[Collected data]
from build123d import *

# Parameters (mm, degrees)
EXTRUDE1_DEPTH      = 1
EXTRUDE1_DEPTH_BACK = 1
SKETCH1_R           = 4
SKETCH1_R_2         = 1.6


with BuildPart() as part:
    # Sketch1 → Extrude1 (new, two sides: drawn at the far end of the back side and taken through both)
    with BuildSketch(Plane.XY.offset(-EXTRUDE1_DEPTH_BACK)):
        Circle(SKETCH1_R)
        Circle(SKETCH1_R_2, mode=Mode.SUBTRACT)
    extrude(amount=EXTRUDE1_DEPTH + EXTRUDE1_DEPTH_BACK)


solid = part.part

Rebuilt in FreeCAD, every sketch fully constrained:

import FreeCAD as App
import Part
import Sketcher
Q = App.Units.Quantity

doc = App.newDocument("Part")
body = doc.addObject("PartDesign::Body", "Body")

# Sketch on XY plane
sketch1 = doc.addObject("Sketcher::SketchObject", "Sketch")
body.addObject(sketch1)
sketch1.AttachmentSupport = (doc.XY_Plane, [""])
sketch1.MapMode = "FlatFace"
sketch1.addGeometry(Part.Circle(App.Vector(0, 0, 0), App.Vector(0, 0, 1), 4), False)
sketch1.addGeometry(Part.Circle(App.Vector(0, 0, 0), App.Vector(0, 0, 1), 1.6), False)
sketch1.addConstraint(Sketcher.Constraint("Coincident", 0, 3, -1, 1))
sketch1.addConstraint(Sketcher.Constraint("Coincident", 1, 3, -1, 1))
sketch1.addConstraint(Sketcher.Constraint("Diameter", 0, Q("8 mm")))
sketch1.addConstraint(Sketcher.Constraint("Diameter", 1, Q("3.2 mm")))
pad1 = doc.addObject("PartDesign::Pad", "Pad")
body.addObject(pad1)
pad1.Profile = sketch1
pad1.Type = "TwoLengths"
pad1.Length = 1
pad1.Length2 = 1

doc.recompute()
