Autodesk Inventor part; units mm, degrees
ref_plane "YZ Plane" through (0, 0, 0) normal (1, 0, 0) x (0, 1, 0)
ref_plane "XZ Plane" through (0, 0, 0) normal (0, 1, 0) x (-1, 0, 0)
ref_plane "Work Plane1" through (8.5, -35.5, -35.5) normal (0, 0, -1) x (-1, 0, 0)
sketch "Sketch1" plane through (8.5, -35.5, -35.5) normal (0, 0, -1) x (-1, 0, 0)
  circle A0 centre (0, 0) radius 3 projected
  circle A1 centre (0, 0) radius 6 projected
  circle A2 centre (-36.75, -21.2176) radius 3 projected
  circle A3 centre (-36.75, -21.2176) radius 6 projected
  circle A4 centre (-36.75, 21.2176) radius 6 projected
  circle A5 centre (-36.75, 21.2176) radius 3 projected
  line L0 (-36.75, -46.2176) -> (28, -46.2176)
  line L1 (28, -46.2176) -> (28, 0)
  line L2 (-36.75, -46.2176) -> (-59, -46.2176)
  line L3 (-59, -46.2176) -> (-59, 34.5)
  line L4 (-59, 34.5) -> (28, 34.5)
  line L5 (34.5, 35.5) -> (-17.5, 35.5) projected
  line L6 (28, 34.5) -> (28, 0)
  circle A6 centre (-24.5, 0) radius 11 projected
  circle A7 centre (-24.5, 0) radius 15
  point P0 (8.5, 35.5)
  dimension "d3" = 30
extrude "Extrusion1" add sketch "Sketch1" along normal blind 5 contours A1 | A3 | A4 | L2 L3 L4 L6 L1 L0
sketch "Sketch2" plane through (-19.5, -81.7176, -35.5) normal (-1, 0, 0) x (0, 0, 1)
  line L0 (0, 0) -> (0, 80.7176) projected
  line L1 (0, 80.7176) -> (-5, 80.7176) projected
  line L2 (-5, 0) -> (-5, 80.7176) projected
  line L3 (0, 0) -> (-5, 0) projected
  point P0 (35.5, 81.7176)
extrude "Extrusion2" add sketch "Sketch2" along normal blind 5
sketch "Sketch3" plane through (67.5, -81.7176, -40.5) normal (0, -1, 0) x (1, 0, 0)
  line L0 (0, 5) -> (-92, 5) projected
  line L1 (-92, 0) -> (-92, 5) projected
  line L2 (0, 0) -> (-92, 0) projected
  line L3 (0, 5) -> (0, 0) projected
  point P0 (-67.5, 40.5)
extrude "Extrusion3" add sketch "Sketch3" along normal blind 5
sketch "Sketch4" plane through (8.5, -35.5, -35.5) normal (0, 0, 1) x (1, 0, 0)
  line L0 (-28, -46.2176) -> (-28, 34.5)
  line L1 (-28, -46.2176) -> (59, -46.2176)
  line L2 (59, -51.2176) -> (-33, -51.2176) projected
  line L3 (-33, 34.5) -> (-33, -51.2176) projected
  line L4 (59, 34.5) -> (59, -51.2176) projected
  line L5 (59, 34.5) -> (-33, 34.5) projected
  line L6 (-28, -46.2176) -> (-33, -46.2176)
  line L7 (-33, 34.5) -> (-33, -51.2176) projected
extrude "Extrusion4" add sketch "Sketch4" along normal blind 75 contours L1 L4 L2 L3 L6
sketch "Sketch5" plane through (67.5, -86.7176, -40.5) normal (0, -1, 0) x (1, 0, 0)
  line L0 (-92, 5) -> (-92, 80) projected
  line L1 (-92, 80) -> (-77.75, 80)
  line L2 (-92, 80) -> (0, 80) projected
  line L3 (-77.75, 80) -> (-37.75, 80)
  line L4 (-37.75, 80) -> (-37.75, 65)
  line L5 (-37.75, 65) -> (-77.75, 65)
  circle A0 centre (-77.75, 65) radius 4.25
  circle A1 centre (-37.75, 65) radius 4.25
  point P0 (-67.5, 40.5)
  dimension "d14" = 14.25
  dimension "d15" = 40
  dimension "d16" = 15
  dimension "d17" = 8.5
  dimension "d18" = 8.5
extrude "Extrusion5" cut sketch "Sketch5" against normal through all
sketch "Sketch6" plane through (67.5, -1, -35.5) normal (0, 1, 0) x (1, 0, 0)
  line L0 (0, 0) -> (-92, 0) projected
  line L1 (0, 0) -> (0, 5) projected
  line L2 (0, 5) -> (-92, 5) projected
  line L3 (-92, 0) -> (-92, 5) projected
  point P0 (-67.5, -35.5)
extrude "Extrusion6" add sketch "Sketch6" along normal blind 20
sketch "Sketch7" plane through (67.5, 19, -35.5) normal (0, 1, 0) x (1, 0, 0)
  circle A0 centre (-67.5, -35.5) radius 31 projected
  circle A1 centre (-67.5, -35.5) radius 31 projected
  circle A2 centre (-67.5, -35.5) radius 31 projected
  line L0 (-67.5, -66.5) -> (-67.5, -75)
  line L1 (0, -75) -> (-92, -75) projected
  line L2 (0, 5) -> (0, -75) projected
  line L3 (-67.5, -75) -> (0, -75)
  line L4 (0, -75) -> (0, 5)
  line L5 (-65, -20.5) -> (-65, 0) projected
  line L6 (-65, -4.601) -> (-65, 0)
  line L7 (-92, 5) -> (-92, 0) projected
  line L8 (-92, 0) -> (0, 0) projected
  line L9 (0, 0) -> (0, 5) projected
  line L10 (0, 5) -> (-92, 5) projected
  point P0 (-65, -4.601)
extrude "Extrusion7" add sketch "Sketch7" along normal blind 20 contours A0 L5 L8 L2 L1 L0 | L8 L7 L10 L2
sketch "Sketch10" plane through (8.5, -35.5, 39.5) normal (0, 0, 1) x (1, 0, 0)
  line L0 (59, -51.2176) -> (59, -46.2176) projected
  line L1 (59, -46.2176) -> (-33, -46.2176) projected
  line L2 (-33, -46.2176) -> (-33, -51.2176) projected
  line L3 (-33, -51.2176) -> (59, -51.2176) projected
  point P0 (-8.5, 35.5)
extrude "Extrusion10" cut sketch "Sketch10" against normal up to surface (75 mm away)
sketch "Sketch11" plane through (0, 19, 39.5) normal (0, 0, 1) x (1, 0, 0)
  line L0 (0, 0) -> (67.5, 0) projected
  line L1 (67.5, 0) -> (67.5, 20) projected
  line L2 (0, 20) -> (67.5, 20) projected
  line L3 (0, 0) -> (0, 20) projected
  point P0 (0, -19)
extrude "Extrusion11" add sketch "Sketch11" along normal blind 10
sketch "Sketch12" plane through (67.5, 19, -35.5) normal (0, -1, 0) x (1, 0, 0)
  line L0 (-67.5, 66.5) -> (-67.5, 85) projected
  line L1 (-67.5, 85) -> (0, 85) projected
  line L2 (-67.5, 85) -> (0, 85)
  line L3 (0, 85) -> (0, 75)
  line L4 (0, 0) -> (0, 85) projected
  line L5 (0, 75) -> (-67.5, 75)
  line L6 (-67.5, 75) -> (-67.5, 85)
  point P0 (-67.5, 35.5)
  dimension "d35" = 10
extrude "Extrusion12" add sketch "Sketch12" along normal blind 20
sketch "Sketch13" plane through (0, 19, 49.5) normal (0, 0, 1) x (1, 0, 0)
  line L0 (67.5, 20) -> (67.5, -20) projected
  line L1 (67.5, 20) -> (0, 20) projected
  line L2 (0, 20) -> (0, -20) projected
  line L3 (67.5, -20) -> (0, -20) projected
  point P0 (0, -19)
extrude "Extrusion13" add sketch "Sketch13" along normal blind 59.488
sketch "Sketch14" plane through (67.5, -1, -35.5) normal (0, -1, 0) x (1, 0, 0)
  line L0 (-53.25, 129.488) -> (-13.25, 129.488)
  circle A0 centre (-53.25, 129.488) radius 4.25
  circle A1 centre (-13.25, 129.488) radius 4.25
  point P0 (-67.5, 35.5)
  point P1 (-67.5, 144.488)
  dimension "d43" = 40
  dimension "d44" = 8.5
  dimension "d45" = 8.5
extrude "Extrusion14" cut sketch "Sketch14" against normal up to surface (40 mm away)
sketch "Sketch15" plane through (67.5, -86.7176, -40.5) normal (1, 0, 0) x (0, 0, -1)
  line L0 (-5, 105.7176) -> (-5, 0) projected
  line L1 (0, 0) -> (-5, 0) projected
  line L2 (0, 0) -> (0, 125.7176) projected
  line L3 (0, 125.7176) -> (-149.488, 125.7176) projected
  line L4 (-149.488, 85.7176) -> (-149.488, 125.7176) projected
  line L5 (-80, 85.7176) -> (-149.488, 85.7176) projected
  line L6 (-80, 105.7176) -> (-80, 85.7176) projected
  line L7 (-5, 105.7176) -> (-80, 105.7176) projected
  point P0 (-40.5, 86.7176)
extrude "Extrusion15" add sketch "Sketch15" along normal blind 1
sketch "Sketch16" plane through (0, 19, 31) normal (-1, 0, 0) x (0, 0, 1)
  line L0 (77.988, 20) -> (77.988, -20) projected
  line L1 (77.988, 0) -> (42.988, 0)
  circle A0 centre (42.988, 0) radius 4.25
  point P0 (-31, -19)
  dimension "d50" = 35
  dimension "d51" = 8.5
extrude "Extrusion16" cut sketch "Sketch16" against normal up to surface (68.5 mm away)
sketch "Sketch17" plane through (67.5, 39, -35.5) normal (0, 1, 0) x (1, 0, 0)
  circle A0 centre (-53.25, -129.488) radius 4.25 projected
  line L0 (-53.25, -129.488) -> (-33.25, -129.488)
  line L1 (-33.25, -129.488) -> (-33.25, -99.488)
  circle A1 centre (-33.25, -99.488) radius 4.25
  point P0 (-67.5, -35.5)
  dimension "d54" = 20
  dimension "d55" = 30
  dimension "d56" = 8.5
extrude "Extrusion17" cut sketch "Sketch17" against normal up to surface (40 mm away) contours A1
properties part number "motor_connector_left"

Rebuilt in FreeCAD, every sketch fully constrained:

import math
import FreeCAD as App
import Part
import Sketcher

V = App.Vector
Q = App.Units.Quantity


def add_polygon(sketch, points):
    """Adds a closed chain of lines whose ends are joined by coincident constraints."""
    first, n = sketch.GeometryCount, len(points)
    for a, b in zip(points, points[1:] + points[:1]):
        sketch.addGeometry(Part.LineSegment(App.Vector(*a, 0), App.Vector(*b, 0)), False)
    for i in range(n):
        sketch.addConstraint(Sketcher.Constraint("Coincident", first + i, 2, first + (i + 1) % n, 1))

doc = App.newDocument("Part")
body = doc.addObject("PartDesign::Body", "Body")

# Sketch on XY plane
sketch1 = body.newObject("Sketcher::SketchObject", "Sketch")
sketch1.AttachmentSupport = (doc.getObject("XY_Plane"), [""])
sketch1.MapMode = "FlatFace"
sketch1.AttachmentOffset = App.Placement(V(0, 0, -35.5), App.Rotation())
add_polygon(sketch1, [(67.5, -81.7), (-19.5, -81.7), (-19.5, -1), (67.5, -1)])  # lines 0-3
sketch1.addGeometry(Part.Circle(V(8.5, -35.5, 0), V(0, 0, 1), 3), False)  # 4
sketch1.addGeometry(Part.Circle(V(33, -35.5, 0), V(0, 0, 1), 15), False)  # 5
sketch1.addGeometry(Part.Circle(V(45.2, -56.7, 0), V(0, 0, 1), 3), False)  # 6
sketch1.addGeometry(Part.Circle(V(45.2, -14.3, 0), V(0, 0, 1), 3), False)  # 7
sketch1.addConstraint(Sketcher.Constraint("Horizontal", 0))
sketch1.addConstraint(Sketcher.Constraint("Vertical", 1))
sketch1.addConstraint(Sketcher.Constraint("Horizontal", 2))
sketch1.addConstraint(Sketcher.Constraint("Vertical", 3))
sketch1.addConstraint(Sketcher.Constraint("Equal", 4, 6))
sketch1.addConstraint(Sketcher.Constraint("Equal", 6, 7))
sketch1.addConstraint(Sketcher.Constraint("Horizontal", 4, 3, 5, 3))
sketch1.addConstraint(Sketcher.Constraint("Vertical", 6, 3, 7, 3))
sketch1.addConstraint(Sketcher.Constraint("Diameter", 5, Q("30 mm")))
sketch1.addConstraint(Sketcher.Constraint("Diameter", 4, Q("6 mm")))
sketch1.addConstraint(Sketcher.Constraint("DistanceX", 0, 2, 0, 1, Q("87 mm")))
sketch1.addConstraint(Sketcher.Constraint("DistanceX", -1, 1, 5, 3, Q("33 mm")))
sketch1.addConstraint(Sketcher.Constraint("DistanceY", 1, 2, -1, 1, Q("1 mm")))
sketch1.addConstraint(Sketcher.Constraint("DistanceX", 0, 2, 4, 3, Q("28 mm")))
sketch1.addConstraint(Sketcher.Constraint("DistanceY", 0, 2, 6, 3, Q("25 mm")))
sketch1.addConstraint(Sketcher.Constraint("DistanceX", -1, 1, 4, 3, Q("8.5 mm")))
sketch1.addConstraint(Sketcher.Constraint("DistanceY", 4, 3, -1, 1, Q("35.5 mm")))
sketch1.addConstraint(Sketcher.Constraint("DistanceX", -1, 1, 6, 3, Q("45.25 mm")))
sketch1.addConstraint(Sketcher.Constraint("DistanceY", 1, 1, 1, 2, Q("80.7176 mm")))
sketch1.addConstraint(Sketcher.Constraint("DistanceY", 7, 3, -1, 1, Q("14.2824 mm")))
pad1 = body.newObject("PartDesign::Pad", "Pad")
pad1.Profile = sketch1
pad1.Length = 5
pad1.Reversed = True

# Sketch on YZ plane
sketch2 = body.newObject("Sketcher::SketchObject", "Sketch001")
sketch2.AttachmentSupport = (doc.getObject("YZ_Plane"), [""])
sketch2.MapMode = "FlatFace"
sketch2.AttachmentOffset = App.Placement(V(0, 0, -19.5), App.Rotation())
add_polygon(sketch2, [(-82, -40), (-82, -36), (-1, -36), (-1, -40)])  # lines 0-3
sketch2.addConstraint(Sketcher.Constraint("Vertical", 0))
sketch2.addConstraint(Sketcher.Constraint("Horizontal", 1))
sketch2.addConstraint(Sketcher.Constraint("Vertical", 2))
sketch2.addConstraint(Sketcher.Constraint("Horizontal", 3))
sketch2.addConstraint(Sketcher.Constraint("DistanceY", 0, 1, 0, 2, Q("5 mm")))
sketch2.addConstraint(Sketcher.Constraint("DistanceX", 1, 2, -1, 1, Q("1 mm")))
sketch2.addConstraint(Sketcher.Constraint("DistanceY", 0, 2, -1, 1, Q("35.5 mm")))
sketch2.addConstraint(Sketcher.Constraint("DistanceX", 1, 1, 1, 2, Q("80.7176 mm")))
pad2 = body.newObject("PartDesign::Pad", "Pad001")
pad2.Profile = sketch2
pad2.Length = 5
pad2.Reversed = True

# Sketch on XZ plane
sketch3 = body.newObject("Sketcher::SketchObject", "Sketch002")
sketch3.AttachmentSupport = (doc.getObject("XZ_Plane"), [""])
sketch3.MapMode = "FlatFace"
sketch3.AttachmentOffset = App.Placement(V(0, 0, 81.7176), App.Rotation())
add_polygon(sketch3, [(68, -40), (68, -36), (-24, -36), (-24, -40)])  # lines 0-3
sketch3.addConstraint(Sketcher.Constraint("Vertical", 0))
sketch3.addConstraint(Sketcher.Constraint("Horizontal", 1))
sketch3.addConstraint(Sketcher.Constraint("Vertical", 2))
sketch3.addConstraint(Sketcher.Constraint("Horizontal", 3))
sketch3.addConstraint(Sketcher.Constraint("DistanceX", 1, 2, 1, 1, Q("92 mm")))
sketch3.addConstraint(Sketcher.Constraint("DistanceY", 0, 1, 0, 2, Q("5 mm")))
sketch3.addConstraint(Sketcher.Constraint("DistanceX", -1, 1, 0, 2, Q("67.5 mm")))
sketch3.addConstraint(Sketcher.Constraint("DistanceY", 0, 2, -1, 1, Q("35.5 mm")))
pad3 = body.newObject("PartDesign::Pad", "Pad002")
pad3.Profile = sketch3
pad3.Length = 5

• _WHAT YOU WILL DO_:
Look above for the line holding "line L5 (0, 75) -> (-67.5, 75)". Print it and every line after it, exactly, through the line holding "(0, 19, 49.5)".

• _SOLUTION_:
  line L5 (0, 75) -> (-67.5, 75)
  line L6 (-67.5, 75) -> (-67.5, 85)
  point P0 (-67.5, 35.5)
  dimension "d35" = 10
extrude "Extrusion12" add sketch "Sketch12" along normal blind 20
sketch "Sketch13" plane through (0, 19, 49.5) normal (0, 0, 1) x (1, 0, 0)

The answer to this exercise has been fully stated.